4.2. Typical Data Analysis

4.2.1. Rational Filling of Complex Areas

The polygon shown in Figure 9 is a complex area given in Jiang et al. [17]. The polygons shown in Figure 10 and Figure 11 are two pieces of real-world land-type area data. The three polygons are all meandering with complex structures, where extended areas coexist with narrow branches. These three polygons were used to verify the reliability and rationality of proposed method for filling complex areas.

Figure 9a shows that in the narrow parts of a complex area (elliptical areas A, B, C, D, and E), the traditional three-square type direct filling method resulted in fewer or no symbols. The filling method based on a simple segmentation and the method proposed in this paper could better identify these narrow regions such that the symbols were filled in these regions, and the shape of the symbol arrangement was basically consistent with the long and narrow area. In addition, the wide and narrow parts of the complex area were more apparent (rectangles a, b, and c). The method proposed in this paper resulted in a more uniform filling and a more reasonable overall layout than those of the filling method based on a simple segmentation. The filled symbols were more refined in the shape features of the region, which is consistent with the law of human visual cognition.

Figure 10 shows that although a certain number of branches can be processed by the filling method based on simple segmentation, as shown in ellipses B, C, and D in Figure 10b, the segmentation of the branches depended on the Type-III triangles among the Delaunay triangles. Therefore, the narrow part of the extended area could not be identified, as shown in ellipse A in Figure 10b. This method could identify such a branch and fill it, as shown in ellipse A in Figure 10c. In addition, at the boundary of a complex area, the filling effect of the filling method based on a simple segmentation was too sparse, while that of the proposed method was more compact, as shown in rectangular box a in Figure 10.

Figure 11 shows that the result of the method of this paper was completely different from the segmentation result of the filling method based on simple segmentation. The latter only depended on the segmentation method of the width threshold that can segment complex areas. However, the segmentation was too fragmented, and the segmentation result could not maintain the extension characteristics of the original branch. In contrast, the segmentation result of the method proposed in this paper applied to the complex area better preserved the shape feature of the original area, and there were no cases of fewer or no symbols. The sufficiency of symbol filling of the area was also significantly higher than that of the other two methods, as shown in Ellipses A, B, and C in Figure 11.

4.2.2. Rational Filling of Regular Areas

The polygons shown in Figure 12, Figure 13 and Figure 14 are three land use areas with regular shape.

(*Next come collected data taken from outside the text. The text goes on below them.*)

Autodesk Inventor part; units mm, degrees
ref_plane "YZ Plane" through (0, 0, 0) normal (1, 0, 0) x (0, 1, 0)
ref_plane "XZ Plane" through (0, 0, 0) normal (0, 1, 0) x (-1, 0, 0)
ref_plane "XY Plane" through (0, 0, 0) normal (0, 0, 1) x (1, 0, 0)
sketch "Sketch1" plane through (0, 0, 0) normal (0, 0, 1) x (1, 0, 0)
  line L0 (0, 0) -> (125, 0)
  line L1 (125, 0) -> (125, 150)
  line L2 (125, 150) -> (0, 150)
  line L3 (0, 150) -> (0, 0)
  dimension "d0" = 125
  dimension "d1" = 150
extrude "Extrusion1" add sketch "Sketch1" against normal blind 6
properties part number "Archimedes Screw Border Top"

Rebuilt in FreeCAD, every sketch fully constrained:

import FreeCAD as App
import Part
import Sketcher

V = App.Vector
Q = App.Units.Quantity

doc = App.newDocument("Part")
body = doc.addObject("PartDesign::Body", "Body")

sketch1 = body.newObject("Sketcher::SketchObject", "Sketch")
sketch1.AttachmentSupport = (doc.getObject("XY_Plane"), [""])
sketch1.MapMode = "FlatFace"
sketch1.addGeometry([
    Part.LineSegment(V(0, 150, 0), V(0, 0, 0)),
    Part.LineSegment(V(0, 0, 0), V(125, 0, 0)),
    Part.LineSegment(V(125, 0, 0), V(125, 150, 0)),
    Part.LineSegment(V(125, 150, 0), V(0, 150, 0)),
], False)
sketch1.addConstraint([
    Sketcher.Constraint("Coincident", 0, 2, 1, 1),
    Sketcher.Constraint("Coincident", 1, 2, 2, 1),
    Sketcher.Constraint("Coincident", 2, 2, 3, 1),
    Sketcher.Constraint("Coincident", 3, 2, 0, 1),
    Sketcher.Constraint("Vertical", 0),
    Sketcher.Constraint("Horizontal", 1),
    Sketcher.Constraint("Vertical", 2),
    Sketcher.Constraint("Horizontal", 3),
    Sketcher.Constraint("Coincident", 0, 2, -1, 1),
    Sketcher.Constraint("DistanceX", 1, 1, 1, 2, Q("125 mm")),
    Sketcher.Constraint("DistanceY", 0, 2, 0, 1, Q("150 mm")),
])
pad1 = body.newObject("PartDesign::Pad", "Pad")
pad1.Profile = sketch1
pad1.Length = 6
pad1.Reversed = True

doc.recompute()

The main body of them belonged to the tile type and without branches. These three polygons were used to verify the reliability and rationality of the proposed method for filling regular areas.

As shown in Figure 12, Figure 13 and Figure 14, the filling effect of three method is basically the same because there is no branch structure interfering with filling. The dot symbols cover the whole region of the areas well. However, for the dot symbols at the boundary, the traditional three-square type method resulted in spatial overlap and an unreasonable dot distribution, the filling method based on simple segmentation solved the problem of spatial overlap but the symbols are still unreasonable, and the symbols filled by our method fit the boundary shape well and reflected the polygon shape more accurately.

4.3. Mass Data Analysis

Considering the forested land type in the census data of a city in Guizhou Province as an example, the reliability of the method applied to a large data volume was analyzed. The experimental data contained a total of 174 forest areas that were large in size and complex in shape. The symbol interval was set to 500 m with the symbol width of 50 m. The number of dot symbols, sufficiency, symbol overlap, cover, and the number of spatial conflicts using the conventional three-square shaped filling method, the filling method based on simple segmentation, and the method of this paper are shown in

Table 1. Comparative analysis of the reliability of methods applied to a large data volume.

Filling Method	Number of Dot Symbols	Sufficiency	Symbol Overlap	Number of Spatial Conflicts
Traditional three-square shaped filling method	14,032	0.67	0.64	1148
The filling method based on simple segmentation	17,650	0.88	0.78	745
The method proposed in this paper	20,034	0.95	1	0

.

In the table, the sufficiency of dot symbols is denoted by $F$ and was computed using $F=(s\times n)/S$. In the preceding equation, $s$ is the single-symbol influence domain, $S$ is the area of the filled region, and $n$ is the number of symbols in the filled region. Due to the particularity of a boundary symbol’s position, its influence domain is considered to be 1/2$s$. Symbol overlap refers to the ratio of the number of symbols obtained by the filling method to the number of symbols of the method proposed in this paper. The number of spatial conflicts refers to the number of symbols that are covered with the boundary during the filling.

Table 1 shows that the number of dot symbols in the experimental area was 20,034, which was the maximum for the same symbol interval and size. The sufficiency of the method proposed in this paper was 0.95, indicating that this method was more compact than other methods for area filling with a better reflection of the complex area shape. Among the other two methods, the symbol overlap of the traditional three-square shaped filling method was 0.64, indicating that there were more narrow areas to be filled; the symbol overlap of the filling method based on a simple segmentation was 0.78, indicating that some areas were still not effectively segmented. In addition, because the boundary constraint was considered by the method proposed in this paper, the symbols filled by this method will not collide with the boundary, generating spatial conflicts such as cover. Therefore, the number of spatial conflicts was zero.

The computing time of the conventional three-square shaped filling method, the filling method based on simple segmentation, and the method of this paper are shown in

Table 2. Comparative analysis of the computing time of methods applied to the large data volume.

Filling Method	Dataset 1	Dataset 2	Dataset 3
Number of polygons processed	174	3050	5296
Total area of polygons (km2)	432	1211	1632
Total computing time (s)	2.12	27.69	59.95

.

The computing time of the three experiment areas of our method was 2.12 s, 27.69 s, and 59.95 s, and the average computing time of a single area was about 0.01 s.

5. Conclusions

The traditional symbol filling methods cannot adapt well to the shape features of a complex area, leading to an unreasonable symbol arrangement in the inner region and boundary of the symbol when the dot symbols with a regular pattern are filled. For this reason, an auto-filling method of a complex area considering shape features is proposed in this paper, which not only ensures that the symbols inside the area are evenly distributed and compactly arranged, but also guarantees the rationality of the symbols at the boundary. A verification using an actual dataset results in the following conclusions:

(1) The filling result of complex and regular areas obtained using the method proposed in this paper can better reflect the shape feature and distribution structure of the original area, and the edge of the dot symbol group fit the boundary of the area better.

(2) The sufficiency of the symbols filled by the method proposed in this paper was 0.95 and there were no spatial conflicts such as symbols overlapping the boundary.

(3) The computing time of the 174 forest areas of our method was 2.12 s.

The setting of the interval threshold of three-square shaped symbols had a significant influence on the distribution characteristics of the filling result. Future research will focus on exploring the statistical distribution of symbol interval parameters for processing complex polygons and large data volumes.